North American Neuromodulation Society is a scientific organization that serves to promote and advance neuromodulation as a treatment for various diseases.

History
NANS was founded in 1994 as the American Neuromodulation Society.  It was renamed the North American Neuromodulation Society in 1999.

American Neuromodulation Society
The American Neuromodulation Society was the brain-child of Ballard Wright, MD and Barry N. Strauss, MD.  Dr. Wright was largely responsible for incorporating and establishing ANS as a non-profit organization in the United States.  In the early days, with Dr. Wright volunteering to be the initial Executive Director, the society offices operated through his offices in Lexington, Kentucky. The organization briefly changed its acronym to ANmS to avoid confusion because a company previously named Neuromed adopted the ANS acronym.

Today
Now based in Chicago, NANS developed out of the American Neuromodulation Society and has evolved into a national organization whose membership has grown to more than 800 members, signifying growing interest in this specialty. The majority of these members are working in pain-related disciplines, although members in areas such as epilepsy, urinary incontinence, angina, and movement disorders are also represented. Medical specialties represented in the membership include anesthesiology, neurosurgery, neurology, PM&R, gastroenterology, urology and basic science. In addition, NANS has taken active part in opening forums for presenting the work of those who deal with functional electrical stimulation for patients with tetraplegia (quadriplegia) and paraplegia or paralysis due to brain injury and stroke. Approximately 800-1000 participants attended the annual scientific meeting at the Wynn Las Vegas.

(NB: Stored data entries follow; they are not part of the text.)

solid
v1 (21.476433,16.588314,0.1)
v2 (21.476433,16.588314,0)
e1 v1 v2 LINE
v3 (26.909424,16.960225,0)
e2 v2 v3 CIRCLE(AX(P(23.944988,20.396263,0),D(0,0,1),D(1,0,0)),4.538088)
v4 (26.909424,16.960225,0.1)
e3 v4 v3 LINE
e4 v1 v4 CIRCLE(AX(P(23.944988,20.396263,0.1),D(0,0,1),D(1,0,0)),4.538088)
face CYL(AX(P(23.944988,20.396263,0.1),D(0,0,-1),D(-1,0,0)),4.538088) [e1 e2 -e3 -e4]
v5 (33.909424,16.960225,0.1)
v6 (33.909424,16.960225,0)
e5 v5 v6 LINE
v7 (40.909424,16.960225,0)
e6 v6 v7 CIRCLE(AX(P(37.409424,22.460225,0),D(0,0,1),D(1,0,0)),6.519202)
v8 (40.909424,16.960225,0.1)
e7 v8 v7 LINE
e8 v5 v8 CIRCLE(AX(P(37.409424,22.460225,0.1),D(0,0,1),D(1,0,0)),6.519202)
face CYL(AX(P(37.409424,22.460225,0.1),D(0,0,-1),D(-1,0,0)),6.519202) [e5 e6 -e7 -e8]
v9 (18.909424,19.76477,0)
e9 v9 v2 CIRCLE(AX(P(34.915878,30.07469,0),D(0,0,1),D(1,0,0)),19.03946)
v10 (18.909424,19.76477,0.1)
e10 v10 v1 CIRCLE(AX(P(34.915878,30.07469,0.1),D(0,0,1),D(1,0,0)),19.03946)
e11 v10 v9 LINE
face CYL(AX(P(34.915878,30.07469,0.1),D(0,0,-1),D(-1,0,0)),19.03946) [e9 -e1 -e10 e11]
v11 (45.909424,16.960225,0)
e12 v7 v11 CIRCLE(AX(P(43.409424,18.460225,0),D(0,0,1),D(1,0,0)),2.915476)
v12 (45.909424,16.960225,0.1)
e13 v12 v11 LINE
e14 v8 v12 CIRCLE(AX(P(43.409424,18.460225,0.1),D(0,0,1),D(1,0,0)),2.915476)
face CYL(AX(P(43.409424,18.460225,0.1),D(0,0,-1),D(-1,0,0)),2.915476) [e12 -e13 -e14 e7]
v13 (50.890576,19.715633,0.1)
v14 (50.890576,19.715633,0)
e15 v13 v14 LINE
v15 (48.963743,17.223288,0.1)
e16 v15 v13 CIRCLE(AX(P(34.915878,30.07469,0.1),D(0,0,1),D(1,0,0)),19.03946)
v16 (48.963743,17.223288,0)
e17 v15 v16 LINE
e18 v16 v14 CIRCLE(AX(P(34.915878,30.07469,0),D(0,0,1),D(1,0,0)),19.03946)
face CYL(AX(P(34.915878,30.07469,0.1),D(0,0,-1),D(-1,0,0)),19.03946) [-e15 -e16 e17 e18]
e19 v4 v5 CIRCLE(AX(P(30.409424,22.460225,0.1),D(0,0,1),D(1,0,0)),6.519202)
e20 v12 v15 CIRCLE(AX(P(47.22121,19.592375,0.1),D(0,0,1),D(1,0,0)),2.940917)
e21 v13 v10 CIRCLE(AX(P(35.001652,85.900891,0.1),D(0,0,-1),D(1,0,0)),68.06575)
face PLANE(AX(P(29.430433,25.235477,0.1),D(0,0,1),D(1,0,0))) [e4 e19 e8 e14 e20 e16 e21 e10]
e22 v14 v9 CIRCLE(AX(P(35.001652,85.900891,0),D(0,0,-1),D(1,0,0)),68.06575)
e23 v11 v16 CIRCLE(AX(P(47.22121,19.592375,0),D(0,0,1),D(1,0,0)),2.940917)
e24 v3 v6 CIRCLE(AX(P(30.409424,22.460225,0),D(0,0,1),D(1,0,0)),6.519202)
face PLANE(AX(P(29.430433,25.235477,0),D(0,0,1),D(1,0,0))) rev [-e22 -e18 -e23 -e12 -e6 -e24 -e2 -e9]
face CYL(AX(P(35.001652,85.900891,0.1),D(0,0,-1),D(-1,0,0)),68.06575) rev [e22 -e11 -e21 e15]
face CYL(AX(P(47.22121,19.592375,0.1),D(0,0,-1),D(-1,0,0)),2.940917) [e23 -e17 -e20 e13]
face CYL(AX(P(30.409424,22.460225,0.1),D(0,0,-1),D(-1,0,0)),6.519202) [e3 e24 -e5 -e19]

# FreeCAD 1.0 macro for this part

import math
import FreeCAD as App
import Part
import Sketcher

V = App.Vector

doc = App.newDocument("Part")
body = doc.addObject("PartDesign::Body", "Body")

# Sketch on XY plane
sketch1 = body.newObject("Sketcher::SketchObject", "Sketch")
sketch1.AttachmentSupport = (doc.getObject("XY_Plane"), [""])
sketch1.MapMode = "FlatFace"
sketch1.addGeometry(Part.ArcOfCircle(Part.Circle(V(23.9, 20.4, 0), V(0, 0, 1), 4.5), math.radians(-123), math.radians(-49)), False)
sketch1.addGeometry(Part.ArcOfCircle(Part.Circle(V(30.4, 22.5, 0), V(0, 0, 1), 6.5), math.radians(-122), math.radians(-58)), False)
sketch1.addGeometry(Part.ArcOfCircle(Part.Circle(V(37.4, 22.5, 0), V(0, 0, 1), 6.5), math.radians(-122), math.radians(-58)), False)
sketch1.addGeometry(Part.ArcOfCircle(Part.Circle(V(43.4, 18.5, 0), V(0, 0, 1), 2.9), math.radians(-149), math.radians(-31)), False)
sketch1.addGeometry(Part.ArcOfCircle(Part.Circle(V(47.2, 19.6, 0), V(0, 0, 1), 2.9), math.radians(-116), math.radians(-54)), False)
sketch1.addGeometry(Part.ArcOfCircle(Part.Circle(V(34.9, 30.1, 0), V(0, 0, 1), 19), math.radians(-42.45), math.radians(-32.96)), False)
sketch1.addGeometry(Part.ArcOfCircle(Part.Circle(V(35, 85.9, 0), V(0, 0, 1), 68.1), math.radians(-104), math.radians(-77)), False)
sketch1.addGeometry(Part.ArcOfCircle(Part.Circle(V(34.9, 30.1, 0), V(0, 0, 1), 19), math.radians(-147.21), math.radians(-134.9)), False)
sketch1.addConstraint(Sketcher.Constraint("Coincident", 0, 2, 1, 1))
sketch1.addConstraint(Sketcher.Constraint("Coincident", 1, 2, 2, 1))
sketch1.addConstraint(Sketcher.Constraint("Coincident", 2, 2, 3, 1))
sketch1.addConstraint(Sketcher.Constraint("Coincident", 3, 2, 4, 1))
sketch1.addConstraint(Sketcher.Constraint("Coincident", 4, 2, 5, 1))
sketch1.addConstraint(Sketcher.Constraint("Coincident", 5, 2, 6, 2))
sketch1.addConstraint(Sketcher.Constraint("Coincident", 6, 1, 7, 1))
sketch1.addConstraint(Sketcher.Constraint("Coincident", 7, 2, 0, 1))
sketch1.addConstraint(Sketcher.Constraint("Coincident", 7, 3, 5, 3))
sketch1.addConstraint(Sketcher.Constraint("Equal", 1, 2))
sketch1.addConstraint(Sketcher.Constraint("Equal", 5, 7))
sketch1.addConstraint(Sketcher.Constraint("Horizontal", 1, 3, 2, 3))
sketch1.addConstraint(Sketcher.Constraint("Horizontal", 0, 2, 1, 2))
sketch1.addConstraint(Sketcher.Constraint("Horizontal", 1, 2, 2, 2))
sketch1.addConstraint(Sketcher.Constraint("Horizontal", 2, 2, 3, 2))
sketch1.addConstraint(Sketcher.Constraint("DistanceX", 1, 3, 2, 3, 7.0))
sketch1.addConstraint(Sketcher.Constraint("DistanceX", 2, 3, 3, 3, 6.0))
sketch1.addConstraint(Sketcher.Constraint("DistanceY", 3, 3, 2, 3, 4.0))
sketch1.addConstraint(Sketcher.Constraint("DistanceX", 6, 1, 0, 2, 8.0))
sketch1.addConstraint(Sketcher.Constraint("DistanceY", 0, 2, 1, 3, 5.5))
sketch1.addConstraint(Sketcher.Constraint("Radius", 5, 19.03946))
sketch1.addConstraint(Sketcher.Constraint("Radius", 6, 68.06575))
sketch1.addConstraint(Sketcher.Constraint("Radius", 0, 4.538088))
sketch1.addConstraint(Sketcher.Constraint("Radius", 4, 2.940917))
sketch1.addConstraint(Sketcher.Constraint("DistanceY", 5, 3, 6, 3, 55.826201))
sketch1.addConstraint(Sketcher.Constraint("DistanceX", -1, 1, 4, 3, 47.22121))
sketch1.addConstraint(Sketcher.Constraint("DistanceX", -1, 1, 5, 3, 34.915878))
sketch1.addConstraint(Sketcher.Constraint("DistanceY", -1, 1, 5, 3, 30.07469))
sketch1.addConstraint(Sketcher.Constraint("DistanceX", -1, 1, 6, 3, 35.001652))
sketch1.addConstraint(Sketcher.Constraint("DistanceY", -1, 1, 4, 2, 17.223288))
sketch1.addConstraint(Sketcher.Constraint("DistanceY", 0, 3, 1, 3, 2.063962))
pad1 = body.newObject("PartDesign::Pad", "Pad")
pad1.Profile = sketch1
pad1.Length = 0.1

doc.recompute()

The official journal of NANS' parent organization the International Neuromodulation Society and its chapters is Neuromodulation: Technology at the Neural Interface. Published eight times per year, the journal is MEDLINE-indexed.

Presidents
 1994–1998: Michael Stanton-Hicks
 1998–2001: John C. Oakley
 2001–2002: Sam Hassenbusch
 2002–2003: Peter Staats
 2003–2005: Richard B. North
 2005–2007: Joshua Prager  
 2007–2009: Jaimie Henderson
 2009–2011: Robert Foreman
 2011–2013: Dr. Ali Rezai
 2013–2015: David Kloth
 2015–2017: Ashwini Sharan
 2017–Present: Todd Sitzman

Relationship with International Neuromodulation Society
International Neuromodulation Society (INS) was founded in 1992, to sensitize the international medical community to the concept of neuromodulation as an emerging multidisciplinary field. The American Neuromodulation Society independently formed in 1994 and later joined the International Neuromodulation Society as its North American Chapter.